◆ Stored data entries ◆

▶

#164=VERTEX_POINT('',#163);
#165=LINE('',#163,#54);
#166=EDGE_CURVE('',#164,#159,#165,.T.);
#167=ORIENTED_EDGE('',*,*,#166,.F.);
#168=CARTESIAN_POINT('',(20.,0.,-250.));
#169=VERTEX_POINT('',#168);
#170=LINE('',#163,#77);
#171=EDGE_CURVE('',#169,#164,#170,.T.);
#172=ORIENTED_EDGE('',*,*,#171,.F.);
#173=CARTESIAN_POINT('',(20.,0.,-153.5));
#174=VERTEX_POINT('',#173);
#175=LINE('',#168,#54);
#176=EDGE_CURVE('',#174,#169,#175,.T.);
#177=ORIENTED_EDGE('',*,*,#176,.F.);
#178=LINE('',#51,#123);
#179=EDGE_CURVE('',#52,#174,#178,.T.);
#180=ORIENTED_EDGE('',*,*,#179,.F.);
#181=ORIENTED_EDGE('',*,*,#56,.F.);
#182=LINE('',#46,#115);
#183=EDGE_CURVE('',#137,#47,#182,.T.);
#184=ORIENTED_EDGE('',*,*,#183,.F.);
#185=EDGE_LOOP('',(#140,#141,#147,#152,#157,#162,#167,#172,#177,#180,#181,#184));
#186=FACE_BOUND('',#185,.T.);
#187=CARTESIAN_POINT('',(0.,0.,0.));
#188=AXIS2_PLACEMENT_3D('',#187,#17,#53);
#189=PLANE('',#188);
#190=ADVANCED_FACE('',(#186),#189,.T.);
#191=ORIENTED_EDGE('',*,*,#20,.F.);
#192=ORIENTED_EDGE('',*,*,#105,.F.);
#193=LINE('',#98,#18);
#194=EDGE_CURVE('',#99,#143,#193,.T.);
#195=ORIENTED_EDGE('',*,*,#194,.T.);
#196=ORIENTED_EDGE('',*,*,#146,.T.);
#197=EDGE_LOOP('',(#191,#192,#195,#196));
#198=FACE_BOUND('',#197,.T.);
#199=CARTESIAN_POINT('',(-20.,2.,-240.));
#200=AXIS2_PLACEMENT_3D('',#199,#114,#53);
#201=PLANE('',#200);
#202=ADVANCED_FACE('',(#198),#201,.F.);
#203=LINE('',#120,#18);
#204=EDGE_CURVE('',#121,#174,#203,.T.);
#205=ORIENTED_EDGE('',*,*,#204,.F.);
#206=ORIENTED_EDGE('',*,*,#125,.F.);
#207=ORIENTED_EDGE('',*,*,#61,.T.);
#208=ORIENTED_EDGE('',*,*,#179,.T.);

◀

◆ TASK TO CARRY OUT ◆
Going back to the entries above, set down exactly the lines that begin at the one with "#168=CARTESIAN_POINT('',(20.,0.,-250.));" and end at the one with "#179=EDGE_CURVE('',#52,#174,#178,.T.);", both included, and nothing else.

◆ PROBLEM SOLUTION ◆
#168=CARTESIAN_POINT('',(20.,0.,-250.));
#169=VERTEX_POINT('',#168);
#170=LINE('',#163,#77);
#171=EDGE_CURVE('',#169,#164,#170,.T.);
#172=ORIENTED_EDGE('',*,*,#171,.F.);
#173=CARTESIAN_POINT('',(20.,0.,-153.5));
#174=VERTEX_POINT('',#173);
#175=LINE('',#168,#54);
#176=EDGE_CURVE('',#174,#169,#175,.T.);
#177=ORIENTED_EDGE('',*,*,#176,.F.);
#178=LINE('',#51,#123);
#179=EDGE_CURVE('',#52,#174,#178,.T.);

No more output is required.